[DATA EXCERPTS — start]
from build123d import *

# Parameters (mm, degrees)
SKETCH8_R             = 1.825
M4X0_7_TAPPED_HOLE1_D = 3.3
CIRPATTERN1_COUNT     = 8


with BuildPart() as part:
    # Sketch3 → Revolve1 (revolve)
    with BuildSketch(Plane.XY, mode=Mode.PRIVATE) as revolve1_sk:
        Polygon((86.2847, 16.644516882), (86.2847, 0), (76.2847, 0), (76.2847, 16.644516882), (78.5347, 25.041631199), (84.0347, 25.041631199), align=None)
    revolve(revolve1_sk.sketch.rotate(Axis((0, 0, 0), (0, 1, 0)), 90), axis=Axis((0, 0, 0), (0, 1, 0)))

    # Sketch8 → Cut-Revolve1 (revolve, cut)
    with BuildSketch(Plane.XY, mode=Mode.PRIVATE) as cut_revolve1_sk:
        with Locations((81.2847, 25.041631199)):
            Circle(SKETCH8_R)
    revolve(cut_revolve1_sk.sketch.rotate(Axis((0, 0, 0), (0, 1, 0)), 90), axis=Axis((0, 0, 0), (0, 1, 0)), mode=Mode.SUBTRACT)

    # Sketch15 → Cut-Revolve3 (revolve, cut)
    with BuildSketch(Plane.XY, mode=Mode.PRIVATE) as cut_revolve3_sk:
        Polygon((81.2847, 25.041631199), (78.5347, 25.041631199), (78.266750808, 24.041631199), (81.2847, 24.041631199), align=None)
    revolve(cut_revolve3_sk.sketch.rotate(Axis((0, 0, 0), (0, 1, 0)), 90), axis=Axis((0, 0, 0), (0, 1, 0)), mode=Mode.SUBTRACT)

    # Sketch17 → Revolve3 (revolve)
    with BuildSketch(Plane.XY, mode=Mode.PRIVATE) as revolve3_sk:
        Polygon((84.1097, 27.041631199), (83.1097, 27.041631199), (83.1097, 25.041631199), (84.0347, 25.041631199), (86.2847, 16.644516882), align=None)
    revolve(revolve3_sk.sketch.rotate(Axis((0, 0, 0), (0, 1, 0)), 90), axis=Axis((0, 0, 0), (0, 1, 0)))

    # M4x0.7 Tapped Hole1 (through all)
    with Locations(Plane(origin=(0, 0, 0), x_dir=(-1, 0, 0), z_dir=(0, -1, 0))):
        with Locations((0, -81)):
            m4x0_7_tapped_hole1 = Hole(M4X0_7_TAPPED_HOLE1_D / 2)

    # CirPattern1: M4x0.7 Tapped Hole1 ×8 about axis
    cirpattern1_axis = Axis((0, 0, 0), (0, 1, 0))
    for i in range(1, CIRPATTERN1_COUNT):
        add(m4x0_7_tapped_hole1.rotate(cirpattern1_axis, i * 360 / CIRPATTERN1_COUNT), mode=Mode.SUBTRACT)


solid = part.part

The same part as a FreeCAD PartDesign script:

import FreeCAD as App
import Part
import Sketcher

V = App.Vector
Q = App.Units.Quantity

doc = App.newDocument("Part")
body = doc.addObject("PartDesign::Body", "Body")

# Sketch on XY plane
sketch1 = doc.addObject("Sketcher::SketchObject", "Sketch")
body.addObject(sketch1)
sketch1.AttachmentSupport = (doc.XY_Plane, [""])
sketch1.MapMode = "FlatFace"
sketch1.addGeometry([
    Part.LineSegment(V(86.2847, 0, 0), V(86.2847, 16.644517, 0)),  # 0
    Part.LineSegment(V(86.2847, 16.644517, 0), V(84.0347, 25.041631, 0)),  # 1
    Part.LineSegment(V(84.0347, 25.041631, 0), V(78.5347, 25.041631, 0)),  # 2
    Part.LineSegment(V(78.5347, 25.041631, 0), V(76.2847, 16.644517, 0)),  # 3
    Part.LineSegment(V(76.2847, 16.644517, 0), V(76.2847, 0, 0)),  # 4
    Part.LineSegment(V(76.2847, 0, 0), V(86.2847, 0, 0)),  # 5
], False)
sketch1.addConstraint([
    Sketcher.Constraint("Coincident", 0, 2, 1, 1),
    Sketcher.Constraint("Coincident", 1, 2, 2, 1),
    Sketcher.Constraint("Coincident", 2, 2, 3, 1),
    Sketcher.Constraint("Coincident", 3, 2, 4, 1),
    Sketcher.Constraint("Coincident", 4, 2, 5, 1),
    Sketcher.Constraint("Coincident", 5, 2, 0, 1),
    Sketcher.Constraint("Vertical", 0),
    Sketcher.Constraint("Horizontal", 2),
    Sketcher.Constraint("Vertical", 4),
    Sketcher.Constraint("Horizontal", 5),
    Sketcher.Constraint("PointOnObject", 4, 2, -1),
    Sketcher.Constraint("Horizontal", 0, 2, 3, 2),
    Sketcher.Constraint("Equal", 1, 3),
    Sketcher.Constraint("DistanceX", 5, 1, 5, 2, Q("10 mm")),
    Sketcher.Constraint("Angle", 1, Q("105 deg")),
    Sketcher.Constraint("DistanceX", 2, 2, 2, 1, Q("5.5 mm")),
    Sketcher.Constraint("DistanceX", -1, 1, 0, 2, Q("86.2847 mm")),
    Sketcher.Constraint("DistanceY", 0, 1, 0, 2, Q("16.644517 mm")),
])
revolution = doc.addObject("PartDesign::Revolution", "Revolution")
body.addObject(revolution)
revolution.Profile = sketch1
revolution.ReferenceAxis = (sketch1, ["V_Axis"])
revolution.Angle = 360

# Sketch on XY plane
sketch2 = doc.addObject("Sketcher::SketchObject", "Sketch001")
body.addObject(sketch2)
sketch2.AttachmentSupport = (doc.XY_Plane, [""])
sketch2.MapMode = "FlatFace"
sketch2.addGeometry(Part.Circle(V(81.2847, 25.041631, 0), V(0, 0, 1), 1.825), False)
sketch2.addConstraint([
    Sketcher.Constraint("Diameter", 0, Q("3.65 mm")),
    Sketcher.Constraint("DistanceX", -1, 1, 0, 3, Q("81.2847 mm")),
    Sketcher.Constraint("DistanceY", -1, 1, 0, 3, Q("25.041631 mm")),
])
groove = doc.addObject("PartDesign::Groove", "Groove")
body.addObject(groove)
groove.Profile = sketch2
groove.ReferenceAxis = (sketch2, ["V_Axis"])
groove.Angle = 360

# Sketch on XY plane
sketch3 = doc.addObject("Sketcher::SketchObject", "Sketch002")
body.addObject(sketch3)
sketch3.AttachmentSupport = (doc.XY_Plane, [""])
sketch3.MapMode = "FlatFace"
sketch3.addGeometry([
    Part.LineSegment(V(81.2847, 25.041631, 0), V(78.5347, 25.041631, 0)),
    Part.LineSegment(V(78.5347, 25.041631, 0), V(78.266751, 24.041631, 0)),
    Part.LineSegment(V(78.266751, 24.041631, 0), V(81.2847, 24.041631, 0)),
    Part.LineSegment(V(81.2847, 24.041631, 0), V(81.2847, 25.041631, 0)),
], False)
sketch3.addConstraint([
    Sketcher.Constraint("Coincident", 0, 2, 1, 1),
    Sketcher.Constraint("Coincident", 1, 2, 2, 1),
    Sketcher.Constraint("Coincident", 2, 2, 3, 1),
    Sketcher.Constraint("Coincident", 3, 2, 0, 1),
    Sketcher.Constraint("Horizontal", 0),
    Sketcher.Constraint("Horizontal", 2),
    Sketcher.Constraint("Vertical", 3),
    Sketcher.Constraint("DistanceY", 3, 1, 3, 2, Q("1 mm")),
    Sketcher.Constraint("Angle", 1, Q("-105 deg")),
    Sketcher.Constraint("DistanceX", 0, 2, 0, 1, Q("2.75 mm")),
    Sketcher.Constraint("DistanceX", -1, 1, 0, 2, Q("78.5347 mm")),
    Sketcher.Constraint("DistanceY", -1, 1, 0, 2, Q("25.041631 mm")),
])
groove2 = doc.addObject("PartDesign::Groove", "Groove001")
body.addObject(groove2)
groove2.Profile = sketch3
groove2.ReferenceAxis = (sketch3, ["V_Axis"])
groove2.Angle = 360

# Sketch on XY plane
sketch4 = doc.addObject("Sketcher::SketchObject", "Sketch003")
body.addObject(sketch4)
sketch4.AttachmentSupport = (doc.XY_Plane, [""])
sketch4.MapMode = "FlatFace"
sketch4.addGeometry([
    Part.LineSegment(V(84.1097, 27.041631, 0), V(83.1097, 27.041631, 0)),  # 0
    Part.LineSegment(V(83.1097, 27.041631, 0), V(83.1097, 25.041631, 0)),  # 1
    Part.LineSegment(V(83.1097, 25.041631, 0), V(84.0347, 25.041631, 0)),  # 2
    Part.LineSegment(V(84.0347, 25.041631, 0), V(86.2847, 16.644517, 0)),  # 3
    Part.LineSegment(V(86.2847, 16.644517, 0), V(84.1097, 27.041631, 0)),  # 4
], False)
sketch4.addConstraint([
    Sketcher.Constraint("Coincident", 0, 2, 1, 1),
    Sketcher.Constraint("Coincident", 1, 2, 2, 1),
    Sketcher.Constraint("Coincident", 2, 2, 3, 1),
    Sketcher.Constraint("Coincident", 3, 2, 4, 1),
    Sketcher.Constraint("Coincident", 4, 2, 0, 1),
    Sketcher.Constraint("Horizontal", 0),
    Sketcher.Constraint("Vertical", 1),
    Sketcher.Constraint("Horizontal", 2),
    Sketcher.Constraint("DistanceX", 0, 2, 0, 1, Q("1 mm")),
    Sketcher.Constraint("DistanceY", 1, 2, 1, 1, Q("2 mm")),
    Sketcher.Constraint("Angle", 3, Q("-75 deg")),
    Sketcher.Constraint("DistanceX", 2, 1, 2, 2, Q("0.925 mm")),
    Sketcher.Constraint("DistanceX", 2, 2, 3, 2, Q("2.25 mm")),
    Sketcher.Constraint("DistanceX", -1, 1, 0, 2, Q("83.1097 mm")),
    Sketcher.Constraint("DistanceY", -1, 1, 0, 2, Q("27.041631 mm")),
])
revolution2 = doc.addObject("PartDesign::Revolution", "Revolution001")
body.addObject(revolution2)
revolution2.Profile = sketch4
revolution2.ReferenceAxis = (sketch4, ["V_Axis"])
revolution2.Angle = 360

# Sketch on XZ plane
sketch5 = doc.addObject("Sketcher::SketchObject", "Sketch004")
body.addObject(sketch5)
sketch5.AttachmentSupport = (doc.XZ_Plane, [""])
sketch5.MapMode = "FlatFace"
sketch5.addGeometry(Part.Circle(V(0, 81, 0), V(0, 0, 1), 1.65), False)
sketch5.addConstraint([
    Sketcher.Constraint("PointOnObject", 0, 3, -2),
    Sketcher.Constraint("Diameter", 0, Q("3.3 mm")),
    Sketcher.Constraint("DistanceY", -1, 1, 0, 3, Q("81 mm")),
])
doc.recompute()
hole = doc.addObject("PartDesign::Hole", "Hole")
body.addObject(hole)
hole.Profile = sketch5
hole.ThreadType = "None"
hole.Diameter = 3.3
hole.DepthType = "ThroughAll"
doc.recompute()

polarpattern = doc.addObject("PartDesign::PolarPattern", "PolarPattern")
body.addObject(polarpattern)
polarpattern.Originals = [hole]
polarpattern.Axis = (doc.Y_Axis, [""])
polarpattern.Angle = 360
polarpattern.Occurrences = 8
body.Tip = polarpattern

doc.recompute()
[DATA EXCERPTS — finish]
[DATA EXCERPTS — start]
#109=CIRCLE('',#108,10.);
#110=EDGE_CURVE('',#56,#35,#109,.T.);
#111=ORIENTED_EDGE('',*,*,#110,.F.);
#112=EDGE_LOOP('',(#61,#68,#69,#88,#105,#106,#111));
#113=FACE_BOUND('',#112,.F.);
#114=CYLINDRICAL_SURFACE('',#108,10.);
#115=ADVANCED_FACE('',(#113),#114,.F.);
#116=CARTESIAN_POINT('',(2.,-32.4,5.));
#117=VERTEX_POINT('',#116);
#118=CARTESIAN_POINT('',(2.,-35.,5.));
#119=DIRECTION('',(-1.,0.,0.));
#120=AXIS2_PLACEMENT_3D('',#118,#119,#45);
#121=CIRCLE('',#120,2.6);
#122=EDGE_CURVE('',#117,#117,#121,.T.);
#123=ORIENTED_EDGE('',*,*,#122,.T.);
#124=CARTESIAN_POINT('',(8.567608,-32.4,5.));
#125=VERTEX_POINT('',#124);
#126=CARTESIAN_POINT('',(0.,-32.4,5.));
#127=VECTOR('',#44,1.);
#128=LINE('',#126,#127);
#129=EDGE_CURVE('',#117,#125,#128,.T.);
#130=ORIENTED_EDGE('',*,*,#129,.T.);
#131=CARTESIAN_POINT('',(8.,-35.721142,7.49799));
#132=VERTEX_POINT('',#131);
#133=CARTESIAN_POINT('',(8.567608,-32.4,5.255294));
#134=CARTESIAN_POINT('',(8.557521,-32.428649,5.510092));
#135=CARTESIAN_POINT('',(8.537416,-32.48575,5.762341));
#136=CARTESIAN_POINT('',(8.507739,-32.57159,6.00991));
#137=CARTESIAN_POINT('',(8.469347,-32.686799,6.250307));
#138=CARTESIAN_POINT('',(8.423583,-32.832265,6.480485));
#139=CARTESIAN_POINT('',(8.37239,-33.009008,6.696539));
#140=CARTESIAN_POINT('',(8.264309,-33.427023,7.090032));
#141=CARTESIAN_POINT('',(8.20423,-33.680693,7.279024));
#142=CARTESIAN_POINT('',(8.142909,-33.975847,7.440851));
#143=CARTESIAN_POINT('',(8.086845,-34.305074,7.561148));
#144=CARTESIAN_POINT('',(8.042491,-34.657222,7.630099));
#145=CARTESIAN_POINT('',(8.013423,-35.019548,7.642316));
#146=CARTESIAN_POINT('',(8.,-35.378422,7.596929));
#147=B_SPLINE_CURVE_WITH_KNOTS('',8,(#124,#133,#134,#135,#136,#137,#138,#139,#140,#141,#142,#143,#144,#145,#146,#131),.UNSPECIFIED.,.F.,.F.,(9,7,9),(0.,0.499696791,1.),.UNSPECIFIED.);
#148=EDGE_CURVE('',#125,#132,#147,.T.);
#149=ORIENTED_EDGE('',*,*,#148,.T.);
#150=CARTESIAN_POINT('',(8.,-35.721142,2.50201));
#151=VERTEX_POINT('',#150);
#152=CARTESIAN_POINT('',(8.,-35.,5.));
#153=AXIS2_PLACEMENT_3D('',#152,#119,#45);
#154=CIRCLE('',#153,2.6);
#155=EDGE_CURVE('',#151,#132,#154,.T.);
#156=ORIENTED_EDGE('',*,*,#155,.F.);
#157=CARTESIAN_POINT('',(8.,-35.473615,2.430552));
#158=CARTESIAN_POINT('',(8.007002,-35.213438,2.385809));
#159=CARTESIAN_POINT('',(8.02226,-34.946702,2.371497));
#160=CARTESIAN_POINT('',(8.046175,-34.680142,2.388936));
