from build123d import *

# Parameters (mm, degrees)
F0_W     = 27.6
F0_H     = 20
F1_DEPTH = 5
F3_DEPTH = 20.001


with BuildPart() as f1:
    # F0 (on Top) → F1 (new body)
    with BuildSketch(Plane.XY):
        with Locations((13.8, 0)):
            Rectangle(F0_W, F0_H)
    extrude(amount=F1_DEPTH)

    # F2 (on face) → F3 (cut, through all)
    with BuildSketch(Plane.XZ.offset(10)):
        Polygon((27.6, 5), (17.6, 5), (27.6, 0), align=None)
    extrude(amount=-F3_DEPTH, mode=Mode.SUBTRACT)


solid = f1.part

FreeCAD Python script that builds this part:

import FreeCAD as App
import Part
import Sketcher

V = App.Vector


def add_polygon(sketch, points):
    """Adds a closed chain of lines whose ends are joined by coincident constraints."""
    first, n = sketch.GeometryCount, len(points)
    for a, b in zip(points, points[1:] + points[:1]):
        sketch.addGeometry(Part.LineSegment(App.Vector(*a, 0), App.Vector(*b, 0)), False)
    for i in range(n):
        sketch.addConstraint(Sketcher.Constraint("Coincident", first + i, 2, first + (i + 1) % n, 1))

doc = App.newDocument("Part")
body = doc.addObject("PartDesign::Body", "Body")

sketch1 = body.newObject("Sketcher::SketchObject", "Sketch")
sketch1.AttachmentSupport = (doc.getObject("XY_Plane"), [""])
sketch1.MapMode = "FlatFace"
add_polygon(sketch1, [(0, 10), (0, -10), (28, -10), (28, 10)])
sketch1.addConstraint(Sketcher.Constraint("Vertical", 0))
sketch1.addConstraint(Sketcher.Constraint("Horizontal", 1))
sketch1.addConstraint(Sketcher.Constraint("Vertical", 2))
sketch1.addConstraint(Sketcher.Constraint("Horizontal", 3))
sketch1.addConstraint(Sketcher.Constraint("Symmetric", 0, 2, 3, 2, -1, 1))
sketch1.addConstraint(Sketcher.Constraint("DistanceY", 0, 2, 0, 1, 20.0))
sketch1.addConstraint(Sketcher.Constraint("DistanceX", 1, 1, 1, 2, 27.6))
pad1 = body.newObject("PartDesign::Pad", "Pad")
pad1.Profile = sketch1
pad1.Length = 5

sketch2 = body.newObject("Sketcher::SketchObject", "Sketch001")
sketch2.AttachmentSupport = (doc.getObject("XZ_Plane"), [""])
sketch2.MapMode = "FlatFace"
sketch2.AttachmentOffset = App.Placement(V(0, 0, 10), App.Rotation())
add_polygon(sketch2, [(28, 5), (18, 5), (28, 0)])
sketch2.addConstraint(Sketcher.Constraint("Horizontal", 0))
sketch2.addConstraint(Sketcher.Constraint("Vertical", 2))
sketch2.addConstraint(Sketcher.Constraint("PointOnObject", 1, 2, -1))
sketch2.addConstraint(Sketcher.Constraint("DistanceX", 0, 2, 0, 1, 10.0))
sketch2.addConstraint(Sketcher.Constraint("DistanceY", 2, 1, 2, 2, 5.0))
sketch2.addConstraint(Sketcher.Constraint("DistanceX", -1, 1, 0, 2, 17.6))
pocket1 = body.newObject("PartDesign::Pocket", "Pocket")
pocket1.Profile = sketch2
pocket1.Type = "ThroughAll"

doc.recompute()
[DATA EXCERPTS — finish]
[DATA EXCERPTS — start]
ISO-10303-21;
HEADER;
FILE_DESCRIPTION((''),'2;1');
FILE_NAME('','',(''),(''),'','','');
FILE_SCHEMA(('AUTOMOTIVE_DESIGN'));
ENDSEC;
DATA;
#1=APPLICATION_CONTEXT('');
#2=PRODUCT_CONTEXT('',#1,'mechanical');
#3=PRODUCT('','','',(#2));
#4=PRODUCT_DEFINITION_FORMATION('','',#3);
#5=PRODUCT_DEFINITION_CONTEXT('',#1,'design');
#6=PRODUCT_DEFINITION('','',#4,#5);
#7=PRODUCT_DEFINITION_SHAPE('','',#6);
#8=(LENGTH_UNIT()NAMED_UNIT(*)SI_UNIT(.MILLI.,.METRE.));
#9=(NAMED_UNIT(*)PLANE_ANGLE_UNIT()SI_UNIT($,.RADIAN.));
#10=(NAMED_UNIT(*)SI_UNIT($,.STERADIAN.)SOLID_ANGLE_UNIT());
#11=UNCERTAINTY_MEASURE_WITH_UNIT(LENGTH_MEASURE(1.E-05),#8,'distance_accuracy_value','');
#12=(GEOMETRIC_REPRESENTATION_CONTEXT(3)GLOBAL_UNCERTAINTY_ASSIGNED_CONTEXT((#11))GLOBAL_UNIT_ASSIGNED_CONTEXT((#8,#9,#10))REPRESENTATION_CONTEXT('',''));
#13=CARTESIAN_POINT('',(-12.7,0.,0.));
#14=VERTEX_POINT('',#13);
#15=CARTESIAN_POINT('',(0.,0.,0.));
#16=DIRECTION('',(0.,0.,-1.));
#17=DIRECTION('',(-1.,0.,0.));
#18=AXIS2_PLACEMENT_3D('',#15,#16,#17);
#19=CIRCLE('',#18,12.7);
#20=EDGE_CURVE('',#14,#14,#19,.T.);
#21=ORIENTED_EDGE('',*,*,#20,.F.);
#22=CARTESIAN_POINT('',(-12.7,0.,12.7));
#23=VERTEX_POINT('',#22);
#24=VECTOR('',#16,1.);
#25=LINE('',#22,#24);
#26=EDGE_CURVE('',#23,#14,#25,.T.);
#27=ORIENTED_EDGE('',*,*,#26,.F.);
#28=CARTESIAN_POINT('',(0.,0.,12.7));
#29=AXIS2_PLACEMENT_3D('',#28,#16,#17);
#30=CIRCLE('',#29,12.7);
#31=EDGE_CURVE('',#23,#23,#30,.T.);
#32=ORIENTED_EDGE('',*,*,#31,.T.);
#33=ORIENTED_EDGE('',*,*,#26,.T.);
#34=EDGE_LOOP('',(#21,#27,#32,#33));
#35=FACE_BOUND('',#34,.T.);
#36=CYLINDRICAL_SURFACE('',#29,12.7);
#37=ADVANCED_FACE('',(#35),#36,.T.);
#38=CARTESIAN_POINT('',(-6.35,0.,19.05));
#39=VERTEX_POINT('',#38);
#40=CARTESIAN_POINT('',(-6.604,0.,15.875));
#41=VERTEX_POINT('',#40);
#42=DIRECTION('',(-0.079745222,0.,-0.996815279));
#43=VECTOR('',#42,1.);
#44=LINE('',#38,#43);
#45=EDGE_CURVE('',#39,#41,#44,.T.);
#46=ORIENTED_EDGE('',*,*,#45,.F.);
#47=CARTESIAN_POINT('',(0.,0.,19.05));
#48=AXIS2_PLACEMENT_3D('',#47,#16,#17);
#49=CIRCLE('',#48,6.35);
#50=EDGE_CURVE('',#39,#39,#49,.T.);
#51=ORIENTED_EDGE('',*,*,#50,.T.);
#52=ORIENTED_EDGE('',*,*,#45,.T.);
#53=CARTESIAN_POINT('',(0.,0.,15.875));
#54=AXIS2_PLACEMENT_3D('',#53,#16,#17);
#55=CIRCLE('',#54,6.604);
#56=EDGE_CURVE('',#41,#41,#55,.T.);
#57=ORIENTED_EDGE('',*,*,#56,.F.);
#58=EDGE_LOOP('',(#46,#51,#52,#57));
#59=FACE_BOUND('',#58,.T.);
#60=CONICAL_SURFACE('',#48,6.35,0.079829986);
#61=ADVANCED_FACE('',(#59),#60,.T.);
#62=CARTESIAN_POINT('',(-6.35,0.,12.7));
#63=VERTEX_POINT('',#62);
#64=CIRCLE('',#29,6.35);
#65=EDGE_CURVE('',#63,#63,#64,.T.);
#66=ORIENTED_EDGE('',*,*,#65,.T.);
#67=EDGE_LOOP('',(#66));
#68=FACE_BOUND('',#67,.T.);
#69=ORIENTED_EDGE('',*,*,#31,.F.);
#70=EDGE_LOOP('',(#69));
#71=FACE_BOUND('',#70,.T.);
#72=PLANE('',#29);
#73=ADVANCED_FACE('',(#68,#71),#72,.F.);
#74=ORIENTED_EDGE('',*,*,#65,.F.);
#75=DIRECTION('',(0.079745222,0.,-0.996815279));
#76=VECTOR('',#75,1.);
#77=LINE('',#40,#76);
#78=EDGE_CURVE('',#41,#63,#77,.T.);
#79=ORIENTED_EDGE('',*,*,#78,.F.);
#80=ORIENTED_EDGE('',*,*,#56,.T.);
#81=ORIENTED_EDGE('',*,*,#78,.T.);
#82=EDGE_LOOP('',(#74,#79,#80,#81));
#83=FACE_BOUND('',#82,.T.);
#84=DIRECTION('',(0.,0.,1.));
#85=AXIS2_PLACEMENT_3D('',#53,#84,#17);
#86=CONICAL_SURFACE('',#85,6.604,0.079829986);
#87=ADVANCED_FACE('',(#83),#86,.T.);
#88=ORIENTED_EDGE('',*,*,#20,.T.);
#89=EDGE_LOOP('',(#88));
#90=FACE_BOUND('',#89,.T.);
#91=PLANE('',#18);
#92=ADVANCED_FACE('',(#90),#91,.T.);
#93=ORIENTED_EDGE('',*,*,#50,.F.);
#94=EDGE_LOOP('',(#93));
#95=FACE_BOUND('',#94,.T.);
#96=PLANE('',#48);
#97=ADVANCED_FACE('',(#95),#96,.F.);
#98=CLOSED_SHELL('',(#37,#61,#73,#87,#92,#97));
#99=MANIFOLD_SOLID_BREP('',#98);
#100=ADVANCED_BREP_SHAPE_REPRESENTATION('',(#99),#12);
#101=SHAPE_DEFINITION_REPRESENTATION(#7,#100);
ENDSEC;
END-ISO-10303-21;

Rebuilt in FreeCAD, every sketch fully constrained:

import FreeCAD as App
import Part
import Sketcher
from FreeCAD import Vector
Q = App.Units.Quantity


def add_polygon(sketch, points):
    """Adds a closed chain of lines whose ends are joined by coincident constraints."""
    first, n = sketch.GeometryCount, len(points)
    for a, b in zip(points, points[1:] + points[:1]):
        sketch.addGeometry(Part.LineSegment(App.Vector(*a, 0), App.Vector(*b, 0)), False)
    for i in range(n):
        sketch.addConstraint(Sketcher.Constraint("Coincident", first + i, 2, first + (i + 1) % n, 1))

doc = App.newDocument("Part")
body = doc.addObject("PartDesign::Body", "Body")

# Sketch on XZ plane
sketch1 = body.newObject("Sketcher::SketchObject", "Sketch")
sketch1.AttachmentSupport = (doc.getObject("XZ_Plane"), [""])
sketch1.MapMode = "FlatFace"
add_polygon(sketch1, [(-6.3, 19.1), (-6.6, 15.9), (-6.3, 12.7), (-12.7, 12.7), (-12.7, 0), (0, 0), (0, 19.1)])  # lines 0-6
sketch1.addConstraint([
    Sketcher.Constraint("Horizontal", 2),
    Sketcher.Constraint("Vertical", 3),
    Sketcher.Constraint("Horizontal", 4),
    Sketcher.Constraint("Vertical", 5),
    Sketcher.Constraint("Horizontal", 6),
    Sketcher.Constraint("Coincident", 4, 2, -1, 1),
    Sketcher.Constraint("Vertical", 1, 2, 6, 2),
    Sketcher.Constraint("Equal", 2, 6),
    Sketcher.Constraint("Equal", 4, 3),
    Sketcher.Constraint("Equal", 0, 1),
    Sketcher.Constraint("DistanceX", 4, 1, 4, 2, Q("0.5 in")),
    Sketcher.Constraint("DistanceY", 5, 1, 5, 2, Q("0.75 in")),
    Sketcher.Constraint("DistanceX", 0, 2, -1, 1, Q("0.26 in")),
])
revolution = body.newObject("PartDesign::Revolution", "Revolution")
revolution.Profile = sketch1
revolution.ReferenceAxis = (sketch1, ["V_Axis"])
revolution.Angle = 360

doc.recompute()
[DATA EXCERPTS — finish]
Using the data above, print exactly the lines from the line that contains "#87=ADVANCED_FACE('',(#83),#86,.T.);" through the line that contains "#97=ADVANCED_FACE('',(#95),#96,.F.);", with both included.

• THE COMPLETED TASK:
#87=ADVANCED_FACE('',(#83),#86,.T.);
#88=ORIENTED_EDGE('',*,*,#20,.T.);
#89=EDGE_LOOP('',(#88));
#90=FACE_BOUND('',#89,.T.);
#91=PLANE('',#18);
#92=ADVANCED_FACE('',(#90),#91,.T.);
#93=ORIENTED_EDGE('',*,*,#50,.F.);
#94=EDGE_LOOP('',(#93));
#95=FACE_BOUND('',#94,.T.);
#96=PLANE('',#48);
#97=ADVANCED_FACE('',(#95),#96,.F.);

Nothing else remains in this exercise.